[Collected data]
● ● ● ● ● ● ●
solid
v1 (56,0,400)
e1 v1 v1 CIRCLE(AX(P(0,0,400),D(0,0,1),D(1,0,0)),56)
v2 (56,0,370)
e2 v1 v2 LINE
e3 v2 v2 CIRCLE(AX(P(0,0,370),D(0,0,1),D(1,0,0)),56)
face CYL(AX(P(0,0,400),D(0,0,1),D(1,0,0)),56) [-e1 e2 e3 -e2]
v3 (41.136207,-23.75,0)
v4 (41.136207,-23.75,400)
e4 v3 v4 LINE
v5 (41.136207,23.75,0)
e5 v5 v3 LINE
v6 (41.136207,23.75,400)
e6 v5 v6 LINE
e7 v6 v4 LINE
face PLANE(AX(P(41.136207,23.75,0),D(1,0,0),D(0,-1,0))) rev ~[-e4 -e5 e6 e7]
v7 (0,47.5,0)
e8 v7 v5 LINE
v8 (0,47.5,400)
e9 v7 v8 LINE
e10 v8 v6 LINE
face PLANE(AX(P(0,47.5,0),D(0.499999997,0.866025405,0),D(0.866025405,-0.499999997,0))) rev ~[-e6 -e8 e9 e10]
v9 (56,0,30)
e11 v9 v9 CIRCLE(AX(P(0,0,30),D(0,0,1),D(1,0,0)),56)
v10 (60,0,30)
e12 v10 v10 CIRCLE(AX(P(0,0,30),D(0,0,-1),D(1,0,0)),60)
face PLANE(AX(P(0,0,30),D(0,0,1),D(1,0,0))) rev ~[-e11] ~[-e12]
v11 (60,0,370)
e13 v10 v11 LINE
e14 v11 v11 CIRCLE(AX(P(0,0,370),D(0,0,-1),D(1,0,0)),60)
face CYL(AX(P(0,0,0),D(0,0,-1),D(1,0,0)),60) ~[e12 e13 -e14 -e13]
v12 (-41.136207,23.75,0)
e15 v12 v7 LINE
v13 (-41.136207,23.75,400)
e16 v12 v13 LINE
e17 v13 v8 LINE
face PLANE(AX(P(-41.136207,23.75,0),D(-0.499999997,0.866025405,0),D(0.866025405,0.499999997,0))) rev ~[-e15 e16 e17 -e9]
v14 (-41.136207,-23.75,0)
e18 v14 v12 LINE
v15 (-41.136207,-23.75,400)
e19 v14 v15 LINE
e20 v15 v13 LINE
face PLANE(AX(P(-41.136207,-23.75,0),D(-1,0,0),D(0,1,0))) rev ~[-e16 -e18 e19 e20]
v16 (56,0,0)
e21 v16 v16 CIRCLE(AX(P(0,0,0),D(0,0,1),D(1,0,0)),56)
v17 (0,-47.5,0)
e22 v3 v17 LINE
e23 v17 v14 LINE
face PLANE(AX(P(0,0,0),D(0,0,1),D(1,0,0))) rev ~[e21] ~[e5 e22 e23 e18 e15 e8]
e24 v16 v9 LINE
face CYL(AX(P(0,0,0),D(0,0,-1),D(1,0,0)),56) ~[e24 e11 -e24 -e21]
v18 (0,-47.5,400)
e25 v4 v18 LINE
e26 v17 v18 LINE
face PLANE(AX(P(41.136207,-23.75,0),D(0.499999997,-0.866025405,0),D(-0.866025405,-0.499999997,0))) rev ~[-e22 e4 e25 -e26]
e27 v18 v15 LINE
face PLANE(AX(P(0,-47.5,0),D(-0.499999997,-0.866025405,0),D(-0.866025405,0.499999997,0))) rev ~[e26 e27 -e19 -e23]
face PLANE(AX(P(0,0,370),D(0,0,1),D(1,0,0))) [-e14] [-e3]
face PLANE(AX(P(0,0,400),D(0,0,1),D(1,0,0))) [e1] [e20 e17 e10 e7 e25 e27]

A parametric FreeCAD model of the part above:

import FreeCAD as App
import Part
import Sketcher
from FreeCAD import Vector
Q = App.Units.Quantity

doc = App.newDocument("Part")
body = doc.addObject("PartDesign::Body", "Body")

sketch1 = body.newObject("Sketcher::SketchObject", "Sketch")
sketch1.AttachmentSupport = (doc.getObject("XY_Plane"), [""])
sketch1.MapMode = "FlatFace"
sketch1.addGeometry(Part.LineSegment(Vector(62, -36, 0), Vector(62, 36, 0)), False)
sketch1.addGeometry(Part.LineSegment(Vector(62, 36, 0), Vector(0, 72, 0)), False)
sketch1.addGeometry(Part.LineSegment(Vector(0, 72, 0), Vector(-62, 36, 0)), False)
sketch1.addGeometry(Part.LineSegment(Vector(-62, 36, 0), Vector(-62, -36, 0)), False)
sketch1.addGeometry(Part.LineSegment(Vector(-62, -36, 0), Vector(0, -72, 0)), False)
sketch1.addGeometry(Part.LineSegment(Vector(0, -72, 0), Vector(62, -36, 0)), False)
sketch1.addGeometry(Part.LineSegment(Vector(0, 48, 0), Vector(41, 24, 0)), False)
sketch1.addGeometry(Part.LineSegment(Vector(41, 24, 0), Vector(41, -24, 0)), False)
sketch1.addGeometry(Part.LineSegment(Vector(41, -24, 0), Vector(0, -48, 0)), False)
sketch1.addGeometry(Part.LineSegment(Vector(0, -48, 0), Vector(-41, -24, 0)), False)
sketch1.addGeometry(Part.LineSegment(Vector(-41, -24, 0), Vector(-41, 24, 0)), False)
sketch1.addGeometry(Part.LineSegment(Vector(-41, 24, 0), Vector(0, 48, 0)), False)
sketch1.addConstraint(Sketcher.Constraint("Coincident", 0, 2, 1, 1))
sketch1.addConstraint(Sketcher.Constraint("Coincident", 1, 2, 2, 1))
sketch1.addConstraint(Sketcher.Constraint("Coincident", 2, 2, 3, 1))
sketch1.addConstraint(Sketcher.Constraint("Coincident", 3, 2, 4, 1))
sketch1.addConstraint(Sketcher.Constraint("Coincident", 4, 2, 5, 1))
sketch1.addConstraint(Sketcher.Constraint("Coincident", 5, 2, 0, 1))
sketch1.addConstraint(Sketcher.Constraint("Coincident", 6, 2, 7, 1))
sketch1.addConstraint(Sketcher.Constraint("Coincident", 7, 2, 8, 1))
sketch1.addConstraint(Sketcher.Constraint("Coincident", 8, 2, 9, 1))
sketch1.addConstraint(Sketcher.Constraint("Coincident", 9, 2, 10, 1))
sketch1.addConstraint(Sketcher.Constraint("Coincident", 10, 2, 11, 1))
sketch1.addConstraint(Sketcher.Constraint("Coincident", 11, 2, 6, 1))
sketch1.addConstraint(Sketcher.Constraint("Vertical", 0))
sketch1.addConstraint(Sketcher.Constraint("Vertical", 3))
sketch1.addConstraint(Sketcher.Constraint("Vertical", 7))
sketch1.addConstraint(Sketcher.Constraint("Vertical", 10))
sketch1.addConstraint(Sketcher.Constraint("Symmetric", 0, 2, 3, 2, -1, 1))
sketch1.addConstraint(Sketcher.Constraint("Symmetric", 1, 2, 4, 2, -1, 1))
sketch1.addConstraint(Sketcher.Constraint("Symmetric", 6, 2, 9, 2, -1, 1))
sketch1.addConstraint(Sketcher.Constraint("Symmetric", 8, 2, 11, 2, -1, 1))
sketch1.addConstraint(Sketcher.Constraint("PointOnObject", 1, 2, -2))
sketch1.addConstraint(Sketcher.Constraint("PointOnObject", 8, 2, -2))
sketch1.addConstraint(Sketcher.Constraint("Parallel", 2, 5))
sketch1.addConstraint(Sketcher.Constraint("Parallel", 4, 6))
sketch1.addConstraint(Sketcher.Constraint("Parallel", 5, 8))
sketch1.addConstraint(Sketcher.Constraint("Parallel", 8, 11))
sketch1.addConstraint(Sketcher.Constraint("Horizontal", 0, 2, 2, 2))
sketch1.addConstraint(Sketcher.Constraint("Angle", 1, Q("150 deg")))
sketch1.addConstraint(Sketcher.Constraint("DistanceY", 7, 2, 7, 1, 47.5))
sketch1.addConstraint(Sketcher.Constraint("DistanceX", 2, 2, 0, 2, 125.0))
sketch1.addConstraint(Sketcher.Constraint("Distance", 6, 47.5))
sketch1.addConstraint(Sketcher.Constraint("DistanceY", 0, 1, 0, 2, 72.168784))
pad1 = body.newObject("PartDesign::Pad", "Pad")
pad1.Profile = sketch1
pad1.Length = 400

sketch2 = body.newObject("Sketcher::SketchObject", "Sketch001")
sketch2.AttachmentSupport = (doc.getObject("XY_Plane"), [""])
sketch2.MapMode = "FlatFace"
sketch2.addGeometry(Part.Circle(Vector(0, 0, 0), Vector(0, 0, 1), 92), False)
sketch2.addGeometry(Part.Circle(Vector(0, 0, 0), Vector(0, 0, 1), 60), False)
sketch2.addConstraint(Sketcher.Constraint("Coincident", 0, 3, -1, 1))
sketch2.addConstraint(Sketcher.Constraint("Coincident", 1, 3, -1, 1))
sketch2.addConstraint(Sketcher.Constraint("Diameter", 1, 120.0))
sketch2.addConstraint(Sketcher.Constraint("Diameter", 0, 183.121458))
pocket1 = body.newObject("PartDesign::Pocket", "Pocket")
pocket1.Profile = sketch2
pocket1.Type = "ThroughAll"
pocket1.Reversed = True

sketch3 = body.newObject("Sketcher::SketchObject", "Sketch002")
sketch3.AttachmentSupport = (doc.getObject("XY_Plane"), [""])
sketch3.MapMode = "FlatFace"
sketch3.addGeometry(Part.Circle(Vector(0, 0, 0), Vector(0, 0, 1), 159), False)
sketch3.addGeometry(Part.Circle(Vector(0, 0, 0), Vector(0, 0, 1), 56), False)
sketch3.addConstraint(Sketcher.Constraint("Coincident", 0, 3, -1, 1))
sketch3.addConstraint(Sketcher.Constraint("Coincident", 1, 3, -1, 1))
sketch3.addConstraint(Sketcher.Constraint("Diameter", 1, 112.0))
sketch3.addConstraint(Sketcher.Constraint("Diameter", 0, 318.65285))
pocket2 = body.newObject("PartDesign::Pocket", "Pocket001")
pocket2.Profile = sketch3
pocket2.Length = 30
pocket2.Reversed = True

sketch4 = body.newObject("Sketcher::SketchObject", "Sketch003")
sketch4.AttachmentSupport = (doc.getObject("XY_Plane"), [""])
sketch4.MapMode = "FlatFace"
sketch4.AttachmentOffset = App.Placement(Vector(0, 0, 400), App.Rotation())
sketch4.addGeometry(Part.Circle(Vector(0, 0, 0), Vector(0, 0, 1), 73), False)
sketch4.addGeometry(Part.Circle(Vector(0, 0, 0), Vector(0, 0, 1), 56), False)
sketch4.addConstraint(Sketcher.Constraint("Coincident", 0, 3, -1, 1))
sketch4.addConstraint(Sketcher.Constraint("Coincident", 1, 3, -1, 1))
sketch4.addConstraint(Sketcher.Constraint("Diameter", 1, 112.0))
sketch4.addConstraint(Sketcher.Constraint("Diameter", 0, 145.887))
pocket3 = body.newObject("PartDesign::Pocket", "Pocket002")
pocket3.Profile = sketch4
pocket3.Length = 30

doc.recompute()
● ● ● ● ● ● ●
• [TASK STATEMENT] The lines needed are the ones from the first line of the entries through the line that contains "e7 v6 v4 LINE", given again without any change.

• [RESULT FOR THIS TASK]
solid
v1 (56,0,400)
e1 v1 v1 CIRCLE(AX(P(0,0,400),D(0,0,1),D(1,0,0)),56)
v2 (56,0,370)
e2 v1 v2 LINE
e3 v2 v2 CIRCLE(AX(P(0,0,370),D(0,0,1),D(1,0,0)),56)
face CYL(AX(P(0,0,400),D(0,0,1),D(1,0,0)),56) [-e1 e2 e3 -e2]
v3 (41.136207,-23.75,0)
v4 (41.136207,-23.75,400)
e4 v3 v4 LINE
v5 (41.136207,23.75,0)
e5 v5 v3 LINE
v6 (41.136207,23.75,400)
e6 v5 v6 LINE
e7 v6 v4 LINE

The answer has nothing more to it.